Das Berufungsgericht hat seine Entscheidung im Wesentlichen wie folgt begründet:
Der Kläger habe keinen Anspruch aus §§ 826, 31 BGB. Er habe keine ausreichenden Anhaltspunkte dafür dargelegt, dass in dem von ihm erworbenen Fahrzeug unzulässige Abschalteinrichtungen in der Motorsteuerungssoftware implementiert seien. Darüber hinaus lasse sich auch eine Sittenwidrigkeit des Verhaltens der Beklagten nicht feststellen. Zwar könne das unstreitig vorhandene Thermofenster als unzulässige Abschalteinrichtung im Sinne von Art. 5 Abs. 2 Satz 1 der Verordnung (EG) Nr. 715/2007 zu qualifizieren sein. Ein solcher Gesetzesverstoß der Beklagten genüge aber nicht, um das Gesamtverhalten der Beklagten als sittenwidrig zu qualifizieren. Eine Verwerflichkeit des Verhaltens der Beklagten ließe sich nur feststellen, wenn zu dem - unterstellten - Verstoß gegen Art. 5 Abs. 2 Satz 1 der Verordnung (EG) Nr. 715/2007 weitere Umstände hinzuträten, an denen es hier jedoch fehle.
II.
Diese Erwägungen halten der Überprüfung im Revisionsverfahren nicht in allen Punkten stand.

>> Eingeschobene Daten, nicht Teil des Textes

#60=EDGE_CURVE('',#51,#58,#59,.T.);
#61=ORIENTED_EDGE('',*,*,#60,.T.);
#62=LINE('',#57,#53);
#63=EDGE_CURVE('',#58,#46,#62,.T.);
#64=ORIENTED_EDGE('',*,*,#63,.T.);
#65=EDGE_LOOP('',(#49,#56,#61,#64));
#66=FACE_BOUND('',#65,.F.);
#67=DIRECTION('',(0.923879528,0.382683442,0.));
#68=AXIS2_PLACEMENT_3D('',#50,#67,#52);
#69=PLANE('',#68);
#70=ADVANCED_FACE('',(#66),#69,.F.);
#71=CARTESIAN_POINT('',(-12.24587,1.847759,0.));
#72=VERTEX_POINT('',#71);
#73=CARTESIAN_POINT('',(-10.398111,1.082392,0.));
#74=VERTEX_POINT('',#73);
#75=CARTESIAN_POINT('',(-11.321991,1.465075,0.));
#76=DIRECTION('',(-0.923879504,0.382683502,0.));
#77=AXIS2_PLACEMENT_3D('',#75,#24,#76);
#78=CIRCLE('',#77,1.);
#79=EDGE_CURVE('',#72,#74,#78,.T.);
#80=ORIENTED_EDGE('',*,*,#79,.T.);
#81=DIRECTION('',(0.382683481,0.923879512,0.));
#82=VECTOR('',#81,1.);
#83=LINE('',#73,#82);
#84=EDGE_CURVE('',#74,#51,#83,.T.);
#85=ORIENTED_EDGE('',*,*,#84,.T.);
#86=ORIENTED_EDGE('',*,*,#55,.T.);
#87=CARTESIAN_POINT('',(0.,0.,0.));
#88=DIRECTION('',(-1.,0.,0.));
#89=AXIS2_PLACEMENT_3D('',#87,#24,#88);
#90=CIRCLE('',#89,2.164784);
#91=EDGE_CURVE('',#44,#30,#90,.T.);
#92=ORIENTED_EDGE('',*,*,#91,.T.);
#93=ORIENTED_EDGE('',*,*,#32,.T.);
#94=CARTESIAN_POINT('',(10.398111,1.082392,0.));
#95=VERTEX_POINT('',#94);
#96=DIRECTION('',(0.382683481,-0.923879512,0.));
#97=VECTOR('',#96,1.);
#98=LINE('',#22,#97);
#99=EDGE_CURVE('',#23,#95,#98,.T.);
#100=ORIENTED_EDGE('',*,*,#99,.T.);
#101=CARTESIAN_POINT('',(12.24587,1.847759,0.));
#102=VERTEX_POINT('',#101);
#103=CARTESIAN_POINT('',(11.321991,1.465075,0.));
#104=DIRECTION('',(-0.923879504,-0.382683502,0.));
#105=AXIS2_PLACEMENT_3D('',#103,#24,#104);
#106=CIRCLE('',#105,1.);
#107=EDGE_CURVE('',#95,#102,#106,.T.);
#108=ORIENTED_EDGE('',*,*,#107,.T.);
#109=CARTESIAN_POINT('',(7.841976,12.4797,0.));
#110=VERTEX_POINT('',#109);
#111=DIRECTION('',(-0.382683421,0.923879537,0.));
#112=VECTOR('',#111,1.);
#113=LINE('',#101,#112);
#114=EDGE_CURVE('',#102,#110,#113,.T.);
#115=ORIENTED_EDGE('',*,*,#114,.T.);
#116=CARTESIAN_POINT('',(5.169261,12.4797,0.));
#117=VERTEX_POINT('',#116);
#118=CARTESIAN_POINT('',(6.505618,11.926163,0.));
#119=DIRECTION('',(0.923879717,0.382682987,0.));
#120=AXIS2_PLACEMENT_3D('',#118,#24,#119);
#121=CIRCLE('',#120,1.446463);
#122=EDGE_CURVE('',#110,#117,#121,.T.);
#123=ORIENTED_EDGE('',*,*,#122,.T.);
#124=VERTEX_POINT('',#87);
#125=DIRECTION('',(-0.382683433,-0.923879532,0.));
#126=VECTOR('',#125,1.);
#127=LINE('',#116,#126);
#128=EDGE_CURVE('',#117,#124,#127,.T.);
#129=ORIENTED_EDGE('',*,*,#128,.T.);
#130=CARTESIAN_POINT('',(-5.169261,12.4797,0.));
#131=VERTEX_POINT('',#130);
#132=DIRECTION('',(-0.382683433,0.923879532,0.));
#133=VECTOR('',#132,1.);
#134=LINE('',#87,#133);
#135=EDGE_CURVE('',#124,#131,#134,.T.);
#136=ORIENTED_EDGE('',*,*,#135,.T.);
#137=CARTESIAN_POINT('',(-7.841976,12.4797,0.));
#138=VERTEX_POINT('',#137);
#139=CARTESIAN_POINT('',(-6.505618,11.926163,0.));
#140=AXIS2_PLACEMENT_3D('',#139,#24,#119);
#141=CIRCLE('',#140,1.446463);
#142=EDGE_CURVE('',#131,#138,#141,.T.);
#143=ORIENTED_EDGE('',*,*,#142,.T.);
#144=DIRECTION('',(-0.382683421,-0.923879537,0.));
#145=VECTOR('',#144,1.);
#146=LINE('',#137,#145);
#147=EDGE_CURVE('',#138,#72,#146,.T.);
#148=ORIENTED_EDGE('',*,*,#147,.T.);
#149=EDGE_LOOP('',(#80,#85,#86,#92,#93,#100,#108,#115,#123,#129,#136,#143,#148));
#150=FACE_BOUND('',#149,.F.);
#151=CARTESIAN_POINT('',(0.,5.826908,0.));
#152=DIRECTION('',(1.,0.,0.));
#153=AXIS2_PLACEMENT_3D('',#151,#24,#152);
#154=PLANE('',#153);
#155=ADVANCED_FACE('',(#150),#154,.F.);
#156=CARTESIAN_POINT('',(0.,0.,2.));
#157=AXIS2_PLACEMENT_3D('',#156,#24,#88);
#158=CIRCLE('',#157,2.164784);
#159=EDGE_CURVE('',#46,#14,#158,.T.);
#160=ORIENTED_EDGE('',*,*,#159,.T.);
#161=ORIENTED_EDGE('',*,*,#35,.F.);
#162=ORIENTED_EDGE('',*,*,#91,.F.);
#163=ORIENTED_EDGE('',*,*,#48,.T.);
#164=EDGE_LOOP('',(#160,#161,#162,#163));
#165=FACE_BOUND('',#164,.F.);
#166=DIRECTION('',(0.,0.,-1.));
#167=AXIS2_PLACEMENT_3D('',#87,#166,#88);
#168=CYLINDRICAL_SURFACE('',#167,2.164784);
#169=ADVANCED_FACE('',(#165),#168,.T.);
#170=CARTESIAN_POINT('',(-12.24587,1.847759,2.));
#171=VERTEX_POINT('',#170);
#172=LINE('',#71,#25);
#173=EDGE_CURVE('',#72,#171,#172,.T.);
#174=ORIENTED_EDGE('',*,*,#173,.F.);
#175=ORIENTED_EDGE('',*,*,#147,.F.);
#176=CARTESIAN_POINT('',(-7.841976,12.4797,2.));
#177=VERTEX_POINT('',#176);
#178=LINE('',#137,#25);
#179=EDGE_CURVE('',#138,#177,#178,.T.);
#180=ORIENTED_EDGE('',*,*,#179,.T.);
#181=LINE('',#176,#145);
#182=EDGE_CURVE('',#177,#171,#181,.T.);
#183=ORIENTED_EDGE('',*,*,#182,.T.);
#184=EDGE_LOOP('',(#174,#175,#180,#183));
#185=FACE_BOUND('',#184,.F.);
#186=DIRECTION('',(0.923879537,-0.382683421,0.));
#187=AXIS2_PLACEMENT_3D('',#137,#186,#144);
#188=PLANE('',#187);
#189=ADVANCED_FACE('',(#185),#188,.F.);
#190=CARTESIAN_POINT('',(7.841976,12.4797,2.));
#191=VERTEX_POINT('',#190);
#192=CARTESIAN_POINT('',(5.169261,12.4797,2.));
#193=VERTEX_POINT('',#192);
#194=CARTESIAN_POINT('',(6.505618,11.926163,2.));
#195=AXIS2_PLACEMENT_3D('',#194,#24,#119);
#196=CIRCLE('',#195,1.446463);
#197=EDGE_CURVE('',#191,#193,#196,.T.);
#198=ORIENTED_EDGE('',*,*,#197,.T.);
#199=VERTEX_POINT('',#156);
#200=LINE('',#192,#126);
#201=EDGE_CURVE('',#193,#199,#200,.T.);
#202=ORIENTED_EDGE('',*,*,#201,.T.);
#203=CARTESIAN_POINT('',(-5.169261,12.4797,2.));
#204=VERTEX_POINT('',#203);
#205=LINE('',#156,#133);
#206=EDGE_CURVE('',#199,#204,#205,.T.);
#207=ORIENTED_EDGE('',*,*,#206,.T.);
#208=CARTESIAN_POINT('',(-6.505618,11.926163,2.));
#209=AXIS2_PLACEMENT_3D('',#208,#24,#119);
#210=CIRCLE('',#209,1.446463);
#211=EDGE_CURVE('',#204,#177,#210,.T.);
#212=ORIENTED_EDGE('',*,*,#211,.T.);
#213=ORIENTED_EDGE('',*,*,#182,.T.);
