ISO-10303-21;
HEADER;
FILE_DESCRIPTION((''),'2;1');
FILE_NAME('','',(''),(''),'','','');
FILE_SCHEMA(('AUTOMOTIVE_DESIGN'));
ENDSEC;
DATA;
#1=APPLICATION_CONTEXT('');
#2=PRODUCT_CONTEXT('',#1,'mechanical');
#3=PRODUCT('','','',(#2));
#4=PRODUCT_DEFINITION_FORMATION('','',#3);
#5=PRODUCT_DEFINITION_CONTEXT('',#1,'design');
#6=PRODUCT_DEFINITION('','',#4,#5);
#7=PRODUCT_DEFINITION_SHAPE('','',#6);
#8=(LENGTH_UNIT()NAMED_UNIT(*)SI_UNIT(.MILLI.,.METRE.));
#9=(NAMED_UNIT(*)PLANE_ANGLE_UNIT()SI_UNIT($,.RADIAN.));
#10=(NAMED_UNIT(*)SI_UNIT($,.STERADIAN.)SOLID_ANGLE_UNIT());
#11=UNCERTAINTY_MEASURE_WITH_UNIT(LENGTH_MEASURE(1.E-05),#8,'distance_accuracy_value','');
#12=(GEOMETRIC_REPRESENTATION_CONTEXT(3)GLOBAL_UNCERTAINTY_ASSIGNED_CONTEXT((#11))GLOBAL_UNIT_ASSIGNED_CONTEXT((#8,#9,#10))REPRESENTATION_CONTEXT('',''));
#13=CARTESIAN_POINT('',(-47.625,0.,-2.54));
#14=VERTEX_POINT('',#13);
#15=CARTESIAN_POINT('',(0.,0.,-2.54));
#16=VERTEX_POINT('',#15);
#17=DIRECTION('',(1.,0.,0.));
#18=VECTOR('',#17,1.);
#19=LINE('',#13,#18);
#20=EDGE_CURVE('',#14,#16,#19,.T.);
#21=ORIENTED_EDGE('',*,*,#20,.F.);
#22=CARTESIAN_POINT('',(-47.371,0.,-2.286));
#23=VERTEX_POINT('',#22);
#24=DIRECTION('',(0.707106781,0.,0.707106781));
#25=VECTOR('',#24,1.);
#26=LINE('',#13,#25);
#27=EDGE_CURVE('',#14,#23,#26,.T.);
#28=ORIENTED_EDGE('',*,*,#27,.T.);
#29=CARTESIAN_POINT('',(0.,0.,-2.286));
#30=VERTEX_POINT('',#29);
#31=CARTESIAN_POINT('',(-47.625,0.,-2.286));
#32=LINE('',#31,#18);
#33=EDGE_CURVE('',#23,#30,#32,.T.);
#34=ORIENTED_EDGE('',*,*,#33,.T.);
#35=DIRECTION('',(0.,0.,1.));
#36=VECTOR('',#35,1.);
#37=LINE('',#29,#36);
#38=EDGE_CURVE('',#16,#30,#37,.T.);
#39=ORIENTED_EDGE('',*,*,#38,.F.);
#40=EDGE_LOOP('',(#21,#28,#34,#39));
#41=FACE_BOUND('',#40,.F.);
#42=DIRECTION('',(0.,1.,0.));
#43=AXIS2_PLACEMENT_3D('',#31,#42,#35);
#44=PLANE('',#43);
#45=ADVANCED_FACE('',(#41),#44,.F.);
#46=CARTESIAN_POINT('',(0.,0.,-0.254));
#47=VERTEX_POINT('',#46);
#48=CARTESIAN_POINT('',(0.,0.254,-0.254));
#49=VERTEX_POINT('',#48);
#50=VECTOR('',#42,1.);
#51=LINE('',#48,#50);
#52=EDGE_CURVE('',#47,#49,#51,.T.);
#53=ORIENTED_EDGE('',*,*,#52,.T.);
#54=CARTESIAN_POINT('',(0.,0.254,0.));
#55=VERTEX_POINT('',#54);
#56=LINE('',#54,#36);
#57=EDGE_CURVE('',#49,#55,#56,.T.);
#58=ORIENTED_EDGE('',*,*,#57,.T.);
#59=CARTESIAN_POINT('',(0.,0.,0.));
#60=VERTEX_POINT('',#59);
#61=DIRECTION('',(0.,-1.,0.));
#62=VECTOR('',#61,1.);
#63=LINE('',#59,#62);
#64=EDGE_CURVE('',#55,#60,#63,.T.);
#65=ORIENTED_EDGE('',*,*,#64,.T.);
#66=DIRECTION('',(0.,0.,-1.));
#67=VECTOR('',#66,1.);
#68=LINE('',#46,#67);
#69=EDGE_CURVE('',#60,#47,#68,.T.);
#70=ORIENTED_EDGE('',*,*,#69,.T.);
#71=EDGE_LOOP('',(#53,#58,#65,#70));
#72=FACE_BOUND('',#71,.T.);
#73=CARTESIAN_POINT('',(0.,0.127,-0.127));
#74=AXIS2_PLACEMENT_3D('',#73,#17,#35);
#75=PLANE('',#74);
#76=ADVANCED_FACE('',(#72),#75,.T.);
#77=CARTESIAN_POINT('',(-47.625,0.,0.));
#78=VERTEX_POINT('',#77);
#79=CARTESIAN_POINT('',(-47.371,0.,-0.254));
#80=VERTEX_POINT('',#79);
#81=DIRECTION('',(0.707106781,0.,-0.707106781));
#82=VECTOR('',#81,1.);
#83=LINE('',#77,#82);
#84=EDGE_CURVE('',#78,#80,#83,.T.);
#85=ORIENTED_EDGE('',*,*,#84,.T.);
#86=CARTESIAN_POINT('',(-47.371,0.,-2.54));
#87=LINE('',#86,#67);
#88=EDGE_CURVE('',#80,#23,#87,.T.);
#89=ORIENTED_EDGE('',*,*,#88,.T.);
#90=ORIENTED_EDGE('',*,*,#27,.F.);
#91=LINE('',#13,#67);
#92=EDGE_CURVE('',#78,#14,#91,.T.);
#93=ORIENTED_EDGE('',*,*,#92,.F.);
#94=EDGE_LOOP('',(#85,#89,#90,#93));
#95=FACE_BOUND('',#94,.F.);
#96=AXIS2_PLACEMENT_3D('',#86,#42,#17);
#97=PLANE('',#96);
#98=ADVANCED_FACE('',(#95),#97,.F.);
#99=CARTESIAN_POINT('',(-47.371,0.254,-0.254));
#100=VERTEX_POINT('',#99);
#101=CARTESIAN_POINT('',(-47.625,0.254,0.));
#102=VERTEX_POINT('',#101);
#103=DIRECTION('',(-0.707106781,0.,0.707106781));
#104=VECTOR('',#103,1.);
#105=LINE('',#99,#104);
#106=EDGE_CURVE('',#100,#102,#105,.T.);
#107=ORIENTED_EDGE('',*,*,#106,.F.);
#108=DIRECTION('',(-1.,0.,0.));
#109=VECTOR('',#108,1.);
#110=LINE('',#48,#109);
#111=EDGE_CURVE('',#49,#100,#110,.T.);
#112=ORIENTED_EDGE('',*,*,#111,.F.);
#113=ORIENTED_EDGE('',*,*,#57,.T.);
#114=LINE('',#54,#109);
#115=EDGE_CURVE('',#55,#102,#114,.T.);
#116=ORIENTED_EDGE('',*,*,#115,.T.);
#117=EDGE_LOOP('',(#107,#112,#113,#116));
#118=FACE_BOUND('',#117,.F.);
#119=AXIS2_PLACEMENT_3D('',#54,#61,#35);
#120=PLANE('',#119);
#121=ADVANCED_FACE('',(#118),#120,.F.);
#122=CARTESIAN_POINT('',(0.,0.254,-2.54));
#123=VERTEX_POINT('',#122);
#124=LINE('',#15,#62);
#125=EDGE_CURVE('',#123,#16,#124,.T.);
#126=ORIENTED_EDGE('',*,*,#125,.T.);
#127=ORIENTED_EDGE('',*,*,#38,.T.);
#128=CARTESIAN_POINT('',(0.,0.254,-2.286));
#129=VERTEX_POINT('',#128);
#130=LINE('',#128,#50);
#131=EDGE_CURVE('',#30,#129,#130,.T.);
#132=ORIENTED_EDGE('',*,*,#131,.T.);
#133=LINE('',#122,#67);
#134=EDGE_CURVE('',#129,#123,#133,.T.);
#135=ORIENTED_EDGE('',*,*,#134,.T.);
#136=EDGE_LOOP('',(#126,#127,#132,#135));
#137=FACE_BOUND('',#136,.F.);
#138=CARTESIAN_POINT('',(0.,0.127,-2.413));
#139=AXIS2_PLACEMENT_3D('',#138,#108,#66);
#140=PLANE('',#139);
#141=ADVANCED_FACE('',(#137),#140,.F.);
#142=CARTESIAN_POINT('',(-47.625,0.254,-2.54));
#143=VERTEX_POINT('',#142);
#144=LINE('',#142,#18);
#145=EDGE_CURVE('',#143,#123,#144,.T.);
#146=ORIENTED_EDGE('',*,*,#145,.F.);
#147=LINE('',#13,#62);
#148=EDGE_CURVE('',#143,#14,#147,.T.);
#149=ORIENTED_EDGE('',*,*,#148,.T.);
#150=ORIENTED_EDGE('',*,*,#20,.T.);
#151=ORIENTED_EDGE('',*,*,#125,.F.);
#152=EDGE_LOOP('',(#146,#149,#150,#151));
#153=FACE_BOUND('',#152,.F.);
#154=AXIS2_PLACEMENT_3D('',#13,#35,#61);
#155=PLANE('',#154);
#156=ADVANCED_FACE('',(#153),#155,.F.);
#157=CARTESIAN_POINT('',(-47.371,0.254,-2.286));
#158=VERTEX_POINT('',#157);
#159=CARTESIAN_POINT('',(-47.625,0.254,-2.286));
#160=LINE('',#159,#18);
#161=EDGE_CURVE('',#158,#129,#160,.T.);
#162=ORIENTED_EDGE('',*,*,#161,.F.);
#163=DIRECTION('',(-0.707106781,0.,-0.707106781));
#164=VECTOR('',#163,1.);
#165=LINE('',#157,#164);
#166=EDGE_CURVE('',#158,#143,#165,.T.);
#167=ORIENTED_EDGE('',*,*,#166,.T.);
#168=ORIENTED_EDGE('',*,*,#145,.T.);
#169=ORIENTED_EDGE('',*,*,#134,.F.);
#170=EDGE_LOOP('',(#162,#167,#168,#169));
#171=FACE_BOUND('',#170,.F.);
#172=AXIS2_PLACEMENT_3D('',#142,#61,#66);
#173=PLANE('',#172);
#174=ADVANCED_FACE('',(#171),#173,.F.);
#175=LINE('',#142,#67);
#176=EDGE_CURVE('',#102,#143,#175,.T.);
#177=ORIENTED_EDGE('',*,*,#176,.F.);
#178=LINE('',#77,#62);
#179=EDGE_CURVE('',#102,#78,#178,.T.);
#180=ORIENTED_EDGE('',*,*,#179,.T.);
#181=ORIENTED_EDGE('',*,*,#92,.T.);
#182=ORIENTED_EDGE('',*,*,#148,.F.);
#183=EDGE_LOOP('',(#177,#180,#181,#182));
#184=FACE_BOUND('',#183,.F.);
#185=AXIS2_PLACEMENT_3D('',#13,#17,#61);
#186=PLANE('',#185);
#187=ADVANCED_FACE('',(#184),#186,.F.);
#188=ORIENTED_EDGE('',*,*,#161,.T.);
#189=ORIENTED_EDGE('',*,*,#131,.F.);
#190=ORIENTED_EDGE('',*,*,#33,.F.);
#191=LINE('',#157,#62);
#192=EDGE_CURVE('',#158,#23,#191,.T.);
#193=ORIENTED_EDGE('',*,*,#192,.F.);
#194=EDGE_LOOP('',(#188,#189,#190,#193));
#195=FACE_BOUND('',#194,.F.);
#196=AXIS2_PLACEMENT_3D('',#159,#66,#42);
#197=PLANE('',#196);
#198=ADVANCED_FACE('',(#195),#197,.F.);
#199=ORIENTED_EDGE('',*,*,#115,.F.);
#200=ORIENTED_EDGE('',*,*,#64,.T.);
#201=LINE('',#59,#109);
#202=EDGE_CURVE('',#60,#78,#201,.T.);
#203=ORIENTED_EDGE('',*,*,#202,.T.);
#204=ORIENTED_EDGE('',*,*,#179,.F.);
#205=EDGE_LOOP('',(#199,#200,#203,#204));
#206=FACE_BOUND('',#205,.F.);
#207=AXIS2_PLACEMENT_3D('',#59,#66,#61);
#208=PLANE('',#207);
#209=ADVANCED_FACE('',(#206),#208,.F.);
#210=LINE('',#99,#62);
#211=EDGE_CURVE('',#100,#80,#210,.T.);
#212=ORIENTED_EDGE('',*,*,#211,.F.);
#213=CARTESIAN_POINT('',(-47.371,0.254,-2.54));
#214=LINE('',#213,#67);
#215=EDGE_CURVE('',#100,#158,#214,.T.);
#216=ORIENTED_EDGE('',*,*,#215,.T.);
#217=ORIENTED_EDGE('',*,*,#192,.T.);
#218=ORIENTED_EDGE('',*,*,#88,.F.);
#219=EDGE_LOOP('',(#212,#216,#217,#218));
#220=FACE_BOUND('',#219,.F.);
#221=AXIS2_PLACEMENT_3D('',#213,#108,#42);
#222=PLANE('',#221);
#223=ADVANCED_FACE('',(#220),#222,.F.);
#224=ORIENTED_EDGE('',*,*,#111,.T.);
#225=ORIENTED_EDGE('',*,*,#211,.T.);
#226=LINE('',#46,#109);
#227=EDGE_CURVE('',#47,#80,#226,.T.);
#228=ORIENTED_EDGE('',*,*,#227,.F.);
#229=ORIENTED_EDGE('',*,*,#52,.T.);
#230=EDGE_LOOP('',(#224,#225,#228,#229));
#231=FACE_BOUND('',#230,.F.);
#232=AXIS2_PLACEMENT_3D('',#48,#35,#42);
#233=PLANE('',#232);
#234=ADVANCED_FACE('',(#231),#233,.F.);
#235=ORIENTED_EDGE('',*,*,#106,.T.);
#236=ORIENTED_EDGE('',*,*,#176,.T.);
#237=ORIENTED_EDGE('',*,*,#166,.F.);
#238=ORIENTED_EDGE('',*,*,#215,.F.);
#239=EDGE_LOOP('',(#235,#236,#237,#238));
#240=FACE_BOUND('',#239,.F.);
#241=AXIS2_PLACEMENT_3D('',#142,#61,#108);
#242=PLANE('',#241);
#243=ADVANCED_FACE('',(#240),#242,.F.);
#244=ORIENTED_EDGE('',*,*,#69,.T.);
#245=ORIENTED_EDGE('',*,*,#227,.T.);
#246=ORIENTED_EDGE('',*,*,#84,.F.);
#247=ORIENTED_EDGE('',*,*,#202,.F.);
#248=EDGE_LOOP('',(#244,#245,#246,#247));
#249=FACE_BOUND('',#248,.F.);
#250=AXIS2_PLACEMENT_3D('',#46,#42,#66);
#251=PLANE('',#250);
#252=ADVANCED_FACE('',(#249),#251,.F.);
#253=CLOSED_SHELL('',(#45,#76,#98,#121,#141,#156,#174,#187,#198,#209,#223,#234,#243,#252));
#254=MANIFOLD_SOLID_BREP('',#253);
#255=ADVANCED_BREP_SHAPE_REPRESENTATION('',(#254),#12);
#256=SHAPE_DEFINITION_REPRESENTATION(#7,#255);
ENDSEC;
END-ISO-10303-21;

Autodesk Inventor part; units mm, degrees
ref_plane "XZ Plane" through (0, 0, 0) normal (0, 1, 0) x (-1, 0, 0)
sketch "Sketch1" plane through (0, 0, 0) normal (0, 1, 0) x (-1, 0, 0)
  line L0 (0, 0) -> (47.625, 0)
  line L1 (47.625, -2.54) -> (0, -2.54)
  line L2 (47.625, -2.54) -> (47.625, 0)
  dimension "d69" = 47.625
  dimension "d70" = 47.625
  dimension "d89" = 2.54
  dimension "d90" = 0
  dimension "d91" = 0
  dimension "d92" = 0
sketch "Sketch2" plane through (0, 0, 0) normal (1, 0, 0) x (0, 1, 0)
  line L0 (0, 0) -> (0.254, 0)
  line L1 (0.254, 0) -> (0.254, -0.254)
  line L2 (0.254, -0.254) -> (0, -0.254)
  line L3 (0, -0.254) -> (0, 0)
  dimension "d98" = 0.254
  dimension "d99" = 0.254
sweep "Sweep1" add profiles "Sketch2" path "Sketch1"
ref_plane "Work Plane1" through (6.35, 0, 0) normal (1, 0, 0) x (0, 1, 0)
ref_plane "Work Plane2" through (0, 0, -6.35) normal (0, 0, 1) x (1, 0, 0)
ref_plane "Work Plane4" through (0, 0, -2.9845) normal (0, 0, 1) x (1, 0, 0)
properties part number "abs_2p27" material "Silver"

1. Es begegnet allerdings keinen revisionsrechtlichen Bedenken, dass das Berufungsgericht eine Haftung der Beklagten aus §§ 826, 31 BGB verneint hat. Die Revision erhebt insoweit auch keine konkreten Einwände.
2. Die Revision wendet sich jedoch mit Erfolg dagegen, dass das Berufungsgericht mögliche Ansprüche des Klägers aus § 823 Abs. 2 BGB in Verbindung mit § 6 Abs. 1, § 27 Abs. 1 EG-FGV nicht erwogen hat. Wie der Senat nach Erlass des Zurückweisungsbeschlusses entschieden hat, sind die Bestimmungen der § 6 Abs. 1, § 27 Abs. 1 EG-FGV Schutzgesetze im Sinne des § 823 Abs. 2 BGB, die das Interesse des Fahrzeugkäufers gegenüber dem Fahrzeughersteller wahren, nicht durch den Kaufvertragsabschluss eine Vermögenseinbuße im Sinne der Differenzhypothese zu erleiden, weil das Fahrzeug entgegen der Übereinstimmungsbescheinigung eine unzulässige Abschalteinrichtung im Sinne des Art. 5 Abs. 2 Satz 1 der Verordnung (EG) Nr. 715/2007 aufweist (vgl. BGH, Urteil vom 26. Juni 2023 - VIa ZR 335/21, BGHZ 237, 245 Rn. 29 bis 32).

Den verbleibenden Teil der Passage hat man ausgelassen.